Edit Diffs and DetectorsEdit
Computing textual diffs is a long-standing challenge and a central feature of the wikis -- i.e. wikitext diffs (and more recently visual diffs) underlie the ability of editors to efficiently patrol edits to articles. We do not directly reuse these technologies for two reasons: 1) our goal is to support large-scale analyses, which generally means that our implementation must exist in Python (which can easily be applied to the Data Lake via PySpark UDFs), and, 2) the goal of on-wiki diffs is to provide a visually-coherent, human-interpretable explanation of changes whereas our goal is to provide a structured, machine-interpretable description of has changed. That said, our work most closely matches (and draws much inspiration and code from) the Visual Editor diffs, which also contain some semantic explanations of the changes occurring in a diff.
The diffing and detection process can be split into three stages:
- Tree diffing: this is the high-level determination of what changed and where in an article -- e.g., a template was changed. It's the first stage in the diffing process and is particularly helpful for detecting moves and bringing more structure to the diff. The outputs are then passed on to the node differ (explained below) to further process.
- Node diffing: this is the specific determination of what happened -- e.g., a parameter was added to that template. This stage also is where we do some more fine-grained disambiguation of what was changed -- e.g., whether a tag is a reference, table, list, etc.
- Counting: this is the summary of what happened based on all the changes. While this sounds simple, it's actually one of the harder parts because it depends on a clear idea of how to interpret changes in wikitext. For example, how should one count a reference that was added within a template? Just a template edit? Or that plus a reference edit?
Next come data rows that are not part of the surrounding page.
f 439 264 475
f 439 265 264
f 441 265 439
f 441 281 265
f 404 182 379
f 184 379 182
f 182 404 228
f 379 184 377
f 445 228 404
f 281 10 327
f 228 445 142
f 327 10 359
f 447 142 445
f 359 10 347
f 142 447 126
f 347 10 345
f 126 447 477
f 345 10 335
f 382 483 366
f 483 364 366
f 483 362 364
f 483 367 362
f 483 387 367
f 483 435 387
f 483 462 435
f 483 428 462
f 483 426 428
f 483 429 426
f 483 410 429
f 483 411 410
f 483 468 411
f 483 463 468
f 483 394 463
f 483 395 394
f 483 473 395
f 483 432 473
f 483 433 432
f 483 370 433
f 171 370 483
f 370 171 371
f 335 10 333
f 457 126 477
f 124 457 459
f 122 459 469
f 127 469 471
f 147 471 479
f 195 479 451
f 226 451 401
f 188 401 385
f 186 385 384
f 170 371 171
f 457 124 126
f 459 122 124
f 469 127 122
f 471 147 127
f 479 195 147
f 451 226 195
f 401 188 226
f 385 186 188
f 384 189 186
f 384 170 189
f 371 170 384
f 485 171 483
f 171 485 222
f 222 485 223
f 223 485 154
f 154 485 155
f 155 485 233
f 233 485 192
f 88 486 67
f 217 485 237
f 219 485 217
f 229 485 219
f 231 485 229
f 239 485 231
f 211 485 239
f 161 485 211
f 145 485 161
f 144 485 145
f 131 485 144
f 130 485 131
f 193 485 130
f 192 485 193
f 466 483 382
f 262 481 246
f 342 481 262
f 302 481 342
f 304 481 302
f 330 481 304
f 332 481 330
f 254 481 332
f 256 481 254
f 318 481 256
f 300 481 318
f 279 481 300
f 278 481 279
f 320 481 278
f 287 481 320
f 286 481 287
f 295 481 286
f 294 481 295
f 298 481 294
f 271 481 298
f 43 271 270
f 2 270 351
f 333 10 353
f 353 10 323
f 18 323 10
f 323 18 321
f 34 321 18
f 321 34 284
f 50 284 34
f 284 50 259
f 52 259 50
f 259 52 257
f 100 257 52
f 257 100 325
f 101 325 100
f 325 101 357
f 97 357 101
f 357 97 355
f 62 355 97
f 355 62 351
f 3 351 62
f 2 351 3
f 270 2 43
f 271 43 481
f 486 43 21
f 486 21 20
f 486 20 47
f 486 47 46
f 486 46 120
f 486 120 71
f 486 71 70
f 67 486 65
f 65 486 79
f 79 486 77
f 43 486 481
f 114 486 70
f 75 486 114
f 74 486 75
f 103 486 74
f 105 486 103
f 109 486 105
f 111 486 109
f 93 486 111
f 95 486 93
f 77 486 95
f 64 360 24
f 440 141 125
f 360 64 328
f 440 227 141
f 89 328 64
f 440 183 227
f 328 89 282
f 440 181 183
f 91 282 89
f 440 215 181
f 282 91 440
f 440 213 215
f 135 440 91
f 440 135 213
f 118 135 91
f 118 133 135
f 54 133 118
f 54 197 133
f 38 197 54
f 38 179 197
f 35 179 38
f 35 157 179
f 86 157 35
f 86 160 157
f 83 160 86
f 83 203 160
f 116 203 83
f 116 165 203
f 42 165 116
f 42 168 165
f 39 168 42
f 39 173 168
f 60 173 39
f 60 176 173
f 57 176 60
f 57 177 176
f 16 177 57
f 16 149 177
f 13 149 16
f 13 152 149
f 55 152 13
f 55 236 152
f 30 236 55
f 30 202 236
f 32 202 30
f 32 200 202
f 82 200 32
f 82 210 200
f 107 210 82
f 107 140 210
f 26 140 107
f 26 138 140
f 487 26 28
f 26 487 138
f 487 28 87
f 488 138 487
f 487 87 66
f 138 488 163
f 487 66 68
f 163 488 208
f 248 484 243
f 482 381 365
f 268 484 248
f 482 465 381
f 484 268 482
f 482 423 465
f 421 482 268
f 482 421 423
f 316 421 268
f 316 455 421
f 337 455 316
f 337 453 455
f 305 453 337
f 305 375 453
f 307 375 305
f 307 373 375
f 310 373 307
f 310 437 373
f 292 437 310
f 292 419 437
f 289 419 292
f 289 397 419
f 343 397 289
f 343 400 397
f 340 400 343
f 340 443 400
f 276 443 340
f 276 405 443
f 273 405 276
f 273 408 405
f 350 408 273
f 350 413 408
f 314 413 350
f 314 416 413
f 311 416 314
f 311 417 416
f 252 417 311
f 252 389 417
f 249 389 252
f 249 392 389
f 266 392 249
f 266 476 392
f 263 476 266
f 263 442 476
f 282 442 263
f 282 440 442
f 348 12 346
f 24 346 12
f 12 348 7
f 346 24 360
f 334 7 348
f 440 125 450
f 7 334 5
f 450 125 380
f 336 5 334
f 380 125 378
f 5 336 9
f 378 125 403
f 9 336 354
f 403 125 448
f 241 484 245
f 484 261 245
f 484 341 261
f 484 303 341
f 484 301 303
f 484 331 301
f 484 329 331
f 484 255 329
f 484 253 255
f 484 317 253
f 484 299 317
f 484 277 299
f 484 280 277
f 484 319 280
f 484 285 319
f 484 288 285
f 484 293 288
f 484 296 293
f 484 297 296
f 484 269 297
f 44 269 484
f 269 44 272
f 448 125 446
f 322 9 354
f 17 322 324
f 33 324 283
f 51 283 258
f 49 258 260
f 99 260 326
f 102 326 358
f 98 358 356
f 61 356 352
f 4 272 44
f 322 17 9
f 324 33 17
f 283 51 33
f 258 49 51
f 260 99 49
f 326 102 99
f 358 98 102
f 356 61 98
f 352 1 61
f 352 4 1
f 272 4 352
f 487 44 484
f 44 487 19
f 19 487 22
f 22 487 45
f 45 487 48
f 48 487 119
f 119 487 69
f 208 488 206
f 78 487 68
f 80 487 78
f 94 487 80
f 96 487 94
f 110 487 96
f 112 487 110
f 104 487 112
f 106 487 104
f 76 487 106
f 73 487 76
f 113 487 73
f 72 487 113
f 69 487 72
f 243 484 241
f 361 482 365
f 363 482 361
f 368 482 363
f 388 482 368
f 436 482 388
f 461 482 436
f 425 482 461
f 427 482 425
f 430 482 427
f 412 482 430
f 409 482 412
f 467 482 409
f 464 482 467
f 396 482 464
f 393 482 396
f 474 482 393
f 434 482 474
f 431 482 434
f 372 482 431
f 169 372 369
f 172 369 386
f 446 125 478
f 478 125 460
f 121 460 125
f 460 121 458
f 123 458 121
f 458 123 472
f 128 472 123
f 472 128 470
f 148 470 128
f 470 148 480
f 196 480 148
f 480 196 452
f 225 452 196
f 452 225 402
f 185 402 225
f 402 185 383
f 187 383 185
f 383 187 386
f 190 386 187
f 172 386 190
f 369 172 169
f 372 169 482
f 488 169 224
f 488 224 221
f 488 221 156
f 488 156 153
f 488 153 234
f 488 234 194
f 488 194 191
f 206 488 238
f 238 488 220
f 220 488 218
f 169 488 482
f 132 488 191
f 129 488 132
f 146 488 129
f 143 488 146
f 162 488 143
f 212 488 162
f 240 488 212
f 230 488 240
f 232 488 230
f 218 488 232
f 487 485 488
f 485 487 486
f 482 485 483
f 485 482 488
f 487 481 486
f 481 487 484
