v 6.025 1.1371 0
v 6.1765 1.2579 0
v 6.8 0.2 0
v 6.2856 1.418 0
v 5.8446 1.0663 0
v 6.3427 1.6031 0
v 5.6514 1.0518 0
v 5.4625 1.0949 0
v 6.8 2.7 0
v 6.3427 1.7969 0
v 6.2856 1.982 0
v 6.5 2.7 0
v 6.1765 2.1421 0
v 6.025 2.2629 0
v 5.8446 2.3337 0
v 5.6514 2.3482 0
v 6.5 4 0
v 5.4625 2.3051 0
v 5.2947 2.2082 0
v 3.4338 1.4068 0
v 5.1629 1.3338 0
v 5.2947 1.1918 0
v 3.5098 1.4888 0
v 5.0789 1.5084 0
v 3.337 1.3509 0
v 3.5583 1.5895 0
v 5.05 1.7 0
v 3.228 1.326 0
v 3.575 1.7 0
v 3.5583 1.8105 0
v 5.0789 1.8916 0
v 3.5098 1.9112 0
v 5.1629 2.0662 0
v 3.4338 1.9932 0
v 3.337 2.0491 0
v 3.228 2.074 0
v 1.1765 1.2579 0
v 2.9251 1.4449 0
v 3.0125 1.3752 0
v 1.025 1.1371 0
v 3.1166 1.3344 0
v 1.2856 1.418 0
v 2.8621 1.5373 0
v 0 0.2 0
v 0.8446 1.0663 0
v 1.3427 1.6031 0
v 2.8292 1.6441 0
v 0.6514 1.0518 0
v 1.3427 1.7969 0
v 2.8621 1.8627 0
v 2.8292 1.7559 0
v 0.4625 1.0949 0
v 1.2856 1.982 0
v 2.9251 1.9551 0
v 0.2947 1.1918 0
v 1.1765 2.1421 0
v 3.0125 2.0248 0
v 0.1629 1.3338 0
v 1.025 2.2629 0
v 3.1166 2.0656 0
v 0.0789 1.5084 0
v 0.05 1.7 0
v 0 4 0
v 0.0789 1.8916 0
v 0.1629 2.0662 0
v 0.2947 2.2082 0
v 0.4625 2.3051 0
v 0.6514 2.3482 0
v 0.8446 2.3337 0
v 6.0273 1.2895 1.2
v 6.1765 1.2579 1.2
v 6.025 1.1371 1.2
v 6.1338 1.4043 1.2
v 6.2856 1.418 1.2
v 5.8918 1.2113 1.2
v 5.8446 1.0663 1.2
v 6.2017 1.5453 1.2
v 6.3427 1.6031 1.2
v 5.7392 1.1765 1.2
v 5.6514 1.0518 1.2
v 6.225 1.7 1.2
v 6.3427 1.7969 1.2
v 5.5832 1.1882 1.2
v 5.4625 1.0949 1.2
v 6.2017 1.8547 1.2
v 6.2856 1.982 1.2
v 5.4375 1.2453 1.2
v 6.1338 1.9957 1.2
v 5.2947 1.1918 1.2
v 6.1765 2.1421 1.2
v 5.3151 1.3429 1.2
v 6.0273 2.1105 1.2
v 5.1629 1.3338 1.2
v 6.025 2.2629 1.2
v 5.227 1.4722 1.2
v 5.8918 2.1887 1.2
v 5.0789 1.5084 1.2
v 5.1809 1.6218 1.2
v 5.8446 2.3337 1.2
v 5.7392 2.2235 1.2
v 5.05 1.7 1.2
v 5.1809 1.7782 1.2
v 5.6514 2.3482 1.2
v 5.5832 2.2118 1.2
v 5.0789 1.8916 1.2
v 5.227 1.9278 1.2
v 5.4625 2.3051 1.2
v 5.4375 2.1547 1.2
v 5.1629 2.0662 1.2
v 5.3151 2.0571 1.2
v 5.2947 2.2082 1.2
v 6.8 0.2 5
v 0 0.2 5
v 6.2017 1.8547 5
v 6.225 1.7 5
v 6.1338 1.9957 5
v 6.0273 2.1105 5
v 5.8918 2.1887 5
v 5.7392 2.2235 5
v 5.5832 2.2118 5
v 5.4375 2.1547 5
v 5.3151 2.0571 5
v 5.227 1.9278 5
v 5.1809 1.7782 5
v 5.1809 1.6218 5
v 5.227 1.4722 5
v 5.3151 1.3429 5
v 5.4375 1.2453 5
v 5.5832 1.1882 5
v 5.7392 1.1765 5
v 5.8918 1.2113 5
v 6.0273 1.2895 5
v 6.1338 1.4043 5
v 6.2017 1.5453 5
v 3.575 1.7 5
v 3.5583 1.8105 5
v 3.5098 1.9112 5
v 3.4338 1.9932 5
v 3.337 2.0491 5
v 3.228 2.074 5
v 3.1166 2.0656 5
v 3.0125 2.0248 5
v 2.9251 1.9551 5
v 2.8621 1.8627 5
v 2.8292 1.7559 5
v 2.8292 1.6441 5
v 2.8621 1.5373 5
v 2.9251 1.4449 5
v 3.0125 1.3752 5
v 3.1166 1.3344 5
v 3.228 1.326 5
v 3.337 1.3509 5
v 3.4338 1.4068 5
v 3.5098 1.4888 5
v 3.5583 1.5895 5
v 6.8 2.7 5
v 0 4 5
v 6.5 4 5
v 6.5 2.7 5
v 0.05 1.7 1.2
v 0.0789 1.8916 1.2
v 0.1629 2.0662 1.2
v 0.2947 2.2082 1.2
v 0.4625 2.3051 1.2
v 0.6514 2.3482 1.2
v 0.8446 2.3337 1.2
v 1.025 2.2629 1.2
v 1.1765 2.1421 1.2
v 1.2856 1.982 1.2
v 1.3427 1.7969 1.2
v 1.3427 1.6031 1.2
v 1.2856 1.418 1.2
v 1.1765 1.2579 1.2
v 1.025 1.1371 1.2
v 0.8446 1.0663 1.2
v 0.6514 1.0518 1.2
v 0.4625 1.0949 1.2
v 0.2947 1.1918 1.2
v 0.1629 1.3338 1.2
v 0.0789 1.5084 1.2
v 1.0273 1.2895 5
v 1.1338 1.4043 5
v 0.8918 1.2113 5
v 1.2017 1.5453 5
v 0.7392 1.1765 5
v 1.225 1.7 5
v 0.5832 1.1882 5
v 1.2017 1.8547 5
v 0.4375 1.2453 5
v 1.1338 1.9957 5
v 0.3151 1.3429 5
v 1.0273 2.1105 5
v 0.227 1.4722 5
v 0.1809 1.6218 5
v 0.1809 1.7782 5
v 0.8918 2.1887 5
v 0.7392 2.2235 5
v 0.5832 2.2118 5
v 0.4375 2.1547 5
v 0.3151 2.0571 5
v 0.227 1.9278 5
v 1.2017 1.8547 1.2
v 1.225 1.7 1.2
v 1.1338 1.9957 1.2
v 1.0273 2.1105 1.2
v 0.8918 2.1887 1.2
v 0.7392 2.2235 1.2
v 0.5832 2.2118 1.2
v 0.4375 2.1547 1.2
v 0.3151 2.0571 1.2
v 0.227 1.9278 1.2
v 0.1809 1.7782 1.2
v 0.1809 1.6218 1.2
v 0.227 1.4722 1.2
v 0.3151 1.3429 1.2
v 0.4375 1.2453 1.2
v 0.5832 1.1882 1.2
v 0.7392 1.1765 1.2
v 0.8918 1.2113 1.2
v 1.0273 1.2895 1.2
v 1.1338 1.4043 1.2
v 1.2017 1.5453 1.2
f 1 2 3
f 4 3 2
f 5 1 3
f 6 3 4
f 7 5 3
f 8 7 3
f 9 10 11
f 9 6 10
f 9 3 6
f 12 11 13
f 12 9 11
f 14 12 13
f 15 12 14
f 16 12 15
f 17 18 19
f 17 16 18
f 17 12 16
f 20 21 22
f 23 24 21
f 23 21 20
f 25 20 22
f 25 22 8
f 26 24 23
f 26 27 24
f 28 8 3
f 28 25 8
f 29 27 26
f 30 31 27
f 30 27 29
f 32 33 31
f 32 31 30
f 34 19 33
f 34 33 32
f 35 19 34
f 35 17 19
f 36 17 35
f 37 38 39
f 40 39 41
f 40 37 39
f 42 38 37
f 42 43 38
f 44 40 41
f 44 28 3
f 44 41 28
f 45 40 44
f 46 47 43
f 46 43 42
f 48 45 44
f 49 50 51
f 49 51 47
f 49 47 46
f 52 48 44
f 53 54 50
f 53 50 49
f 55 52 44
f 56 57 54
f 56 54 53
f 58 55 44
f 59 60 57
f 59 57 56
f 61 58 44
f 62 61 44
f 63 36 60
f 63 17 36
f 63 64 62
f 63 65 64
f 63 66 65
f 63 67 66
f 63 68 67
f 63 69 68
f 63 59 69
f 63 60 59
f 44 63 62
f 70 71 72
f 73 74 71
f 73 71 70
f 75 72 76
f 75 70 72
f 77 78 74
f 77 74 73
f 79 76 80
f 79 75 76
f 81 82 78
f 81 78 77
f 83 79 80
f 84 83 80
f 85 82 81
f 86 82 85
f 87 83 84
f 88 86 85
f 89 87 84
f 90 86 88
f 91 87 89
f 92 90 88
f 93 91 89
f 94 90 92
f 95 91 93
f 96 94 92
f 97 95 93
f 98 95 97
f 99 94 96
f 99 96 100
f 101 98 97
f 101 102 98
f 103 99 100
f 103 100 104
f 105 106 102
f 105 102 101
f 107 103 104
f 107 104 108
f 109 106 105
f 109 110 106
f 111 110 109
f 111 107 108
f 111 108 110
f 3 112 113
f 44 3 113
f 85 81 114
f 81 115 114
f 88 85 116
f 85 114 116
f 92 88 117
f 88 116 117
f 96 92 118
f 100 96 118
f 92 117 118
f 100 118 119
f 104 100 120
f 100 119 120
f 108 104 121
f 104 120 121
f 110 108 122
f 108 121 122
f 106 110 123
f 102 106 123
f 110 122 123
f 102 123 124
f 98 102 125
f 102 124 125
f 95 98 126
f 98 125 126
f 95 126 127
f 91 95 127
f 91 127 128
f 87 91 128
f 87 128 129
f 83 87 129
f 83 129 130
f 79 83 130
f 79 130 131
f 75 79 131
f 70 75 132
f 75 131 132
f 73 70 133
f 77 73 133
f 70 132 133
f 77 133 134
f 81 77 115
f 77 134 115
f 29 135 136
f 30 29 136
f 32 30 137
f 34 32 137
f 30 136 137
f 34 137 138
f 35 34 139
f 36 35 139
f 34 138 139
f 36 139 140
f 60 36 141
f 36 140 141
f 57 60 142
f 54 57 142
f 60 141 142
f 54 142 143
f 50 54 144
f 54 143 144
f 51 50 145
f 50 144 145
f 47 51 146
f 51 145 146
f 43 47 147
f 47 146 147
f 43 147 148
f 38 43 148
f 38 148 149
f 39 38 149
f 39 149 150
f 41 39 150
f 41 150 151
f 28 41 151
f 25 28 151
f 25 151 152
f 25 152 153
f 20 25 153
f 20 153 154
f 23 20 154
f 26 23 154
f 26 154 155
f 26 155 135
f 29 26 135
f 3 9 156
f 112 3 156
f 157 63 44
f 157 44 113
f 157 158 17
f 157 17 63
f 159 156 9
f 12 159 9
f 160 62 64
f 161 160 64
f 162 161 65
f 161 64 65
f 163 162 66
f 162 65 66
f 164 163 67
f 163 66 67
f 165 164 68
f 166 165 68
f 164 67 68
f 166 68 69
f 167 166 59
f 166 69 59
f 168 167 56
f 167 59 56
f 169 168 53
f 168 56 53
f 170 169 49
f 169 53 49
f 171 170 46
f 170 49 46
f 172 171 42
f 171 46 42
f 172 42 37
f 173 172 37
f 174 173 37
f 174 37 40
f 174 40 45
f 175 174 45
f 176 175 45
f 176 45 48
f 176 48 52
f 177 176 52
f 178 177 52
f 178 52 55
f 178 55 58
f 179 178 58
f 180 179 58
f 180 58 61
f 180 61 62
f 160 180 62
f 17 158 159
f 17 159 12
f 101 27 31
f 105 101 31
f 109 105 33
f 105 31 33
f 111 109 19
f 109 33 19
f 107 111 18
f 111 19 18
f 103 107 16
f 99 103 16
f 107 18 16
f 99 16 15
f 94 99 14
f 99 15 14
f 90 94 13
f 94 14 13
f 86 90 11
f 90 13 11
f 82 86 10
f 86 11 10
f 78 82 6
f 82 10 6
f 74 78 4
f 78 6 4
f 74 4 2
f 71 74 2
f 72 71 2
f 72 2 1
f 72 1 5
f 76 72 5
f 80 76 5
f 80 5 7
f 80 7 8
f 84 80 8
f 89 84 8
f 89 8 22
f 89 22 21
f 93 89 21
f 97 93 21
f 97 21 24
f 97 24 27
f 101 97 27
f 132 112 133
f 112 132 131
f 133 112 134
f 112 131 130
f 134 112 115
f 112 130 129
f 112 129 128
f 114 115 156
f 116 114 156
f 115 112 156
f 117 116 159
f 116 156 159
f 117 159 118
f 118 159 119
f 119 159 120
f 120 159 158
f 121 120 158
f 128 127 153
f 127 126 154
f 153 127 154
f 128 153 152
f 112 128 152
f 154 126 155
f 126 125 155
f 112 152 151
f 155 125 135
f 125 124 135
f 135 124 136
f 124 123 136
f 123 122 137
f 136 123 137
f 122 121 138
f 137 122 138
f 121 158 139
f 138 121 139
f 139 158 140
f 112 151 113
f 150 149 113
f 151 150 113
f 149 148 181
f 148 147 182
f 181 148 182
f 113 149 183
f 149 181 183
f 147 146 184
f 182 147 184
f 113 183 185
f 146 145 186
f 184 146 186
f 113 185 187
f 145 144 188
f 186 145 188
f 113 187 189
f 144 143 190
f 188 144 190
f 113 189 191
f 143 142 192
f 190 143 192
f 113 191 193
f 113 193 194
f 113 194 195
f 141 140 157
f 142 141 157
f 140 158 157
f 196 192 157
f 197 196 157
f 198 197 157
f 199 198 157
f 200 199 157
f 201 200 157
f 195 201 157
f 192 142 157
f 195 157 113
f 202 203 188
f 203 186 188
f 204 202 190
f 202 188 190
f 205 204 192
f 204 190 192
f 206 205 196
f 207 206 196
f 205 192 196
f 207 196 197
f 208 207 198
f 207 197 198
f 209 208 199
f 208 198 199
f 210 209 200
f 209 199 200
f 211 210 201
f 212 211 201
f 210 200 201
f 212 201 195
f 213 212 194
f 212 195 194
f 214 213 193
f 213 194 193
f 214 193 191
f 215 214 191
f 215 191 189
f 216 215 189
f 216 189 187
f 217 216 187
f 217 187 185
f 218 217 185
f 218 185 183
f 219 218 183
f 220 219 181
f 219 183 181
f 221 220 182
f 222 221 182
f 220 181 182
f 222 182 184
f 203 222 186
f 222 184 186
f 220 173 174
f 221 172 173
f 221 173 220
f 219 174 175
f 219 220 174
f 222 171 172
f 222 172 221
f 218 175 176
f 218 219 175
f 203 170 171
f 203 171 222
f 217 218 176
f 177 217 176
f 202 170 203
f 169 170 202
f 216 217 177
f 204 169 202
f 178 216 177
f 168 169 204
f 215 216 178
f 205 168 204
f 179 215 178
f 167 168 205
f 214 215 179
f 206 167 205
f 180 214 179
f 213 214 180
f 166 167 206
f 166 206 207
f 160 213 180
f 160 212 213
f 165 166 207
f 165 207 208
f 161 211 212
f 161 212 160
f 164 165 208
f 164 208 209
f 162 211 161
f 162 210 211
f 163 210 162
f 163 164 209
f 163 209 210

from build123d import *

# Parameters (mm, degrees)
SKETCH1_W                = 6.8
SKETCH1_H                = 5
BOSS_EXTRUDE1_DEPTH      = 3.8
HOLE1_D                  = 1.05
HOLE1_CBORE_D            = 1.3
HOLE1_CBORE_DEPTH        = 1.2
SKETCH20_W               = 5
SKETCH20_H               = 1.3
CUT_EXTRUDE11_DEPTH      = 0.3
M1_0X0_25_TAPPED_HOLE1_D = 0.75


with BuildPart() as part:
    # Sketch1 → Boss-Extrude1 (new body)
    with BuildSketch(Plane(origin=(0, 4, 0), x_dir=(-1, 0, 0), z_dir=(0, 1, 0))):
        with Locations((-3.4, 2.5)):
            Rectangle(SKETCH1_W, SKETCH1_H)
    extrude(amount=-BOSS_EXTRUDE1_DEPTH)

    # Hole1 (through all)
    with Locations(Plane(origin=(0, 0, 0), x_dir=(-1, 0, 0), z_dir=(0, 0, -1))):
        with Locations((-5.7, 1.7), (-0.7, 1.7)):
            CounterBoreHole(HOLE1_D / 2, HOLE1_CBORE_D / 2, HOLE1_CBORE_DEPTH)

    # Sketch20 → Cut-Extrude11 (cut)
    with BuildSketch(Plane(origin=(6.8, 0, 0), x_dir=(0, 0, -1), z_dir=(1, 0, 0))):
        with Locations((-2.5, 3.35)):
            Rectangle(SKETCH20_W, SKETCH20_H)
    extrude(amount=-CUT_EXTRUDE11_DEPTH, mode=Mode.SUBTRACT)

    # M1.0x0.25 Tapped Hole1 (through all)
    with Locations(Plane(origin=(0, 0, 0), x_dir=(-1, 0, 0), z_dir=(0, 0, -1))):
        with Locations((-3.2, 1.7)):
            Hole(M1_0X0_25_TAPPED_HOLE1_D / 2)


solid = part.part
Or just a reference edit if the template syntax wasn't altered otherwise?
Details on the approach to diffing used by this project can be found here: PAWS:Edit Types Diffs.ipynb
The current state of the detectors can be tracked through this interface: https://wiki-topic.toolforge.org/diff-tagging?lang=en
You can also see an example deployment of the library on the cluster here: https://gitlab.wikimedia.org/isaacj/miscellaneous-wikimedia/-/blob/master/edit-types-cluster/EditTypes.ipynb
Some examples of how the outputs could be used:
- Fine-grained metrics of the impact of a tool: https://public-paws.wmcloud.org/User:Isaac_(WMF)/Edit%20Diffs/Campaign%20Impact.ipynb
- Inferring editor intention: https://public-paws.wmcloud.org/User:Isaac_(WMF)/Edit%20Intentions/Editor%20Intention.ipynb
- Detecting vandalism: https://public-paws.wmcloud.org/User:Isaac_(WMF)/Vandalism/Language-agnostic%20Vandalism%20Detection.ipynb
- ↑ Yang, Diyi; Halfaker, Aaron; Kraut, Robert; Hovy, Eduard (2017). "Identifying Semantic Edit Intentions from Revisions in Wikipedia" (PDF). aclweb.org: 2000-2010. doi:10.18653/v1/D17-1213. Retrieved 15 October 2021.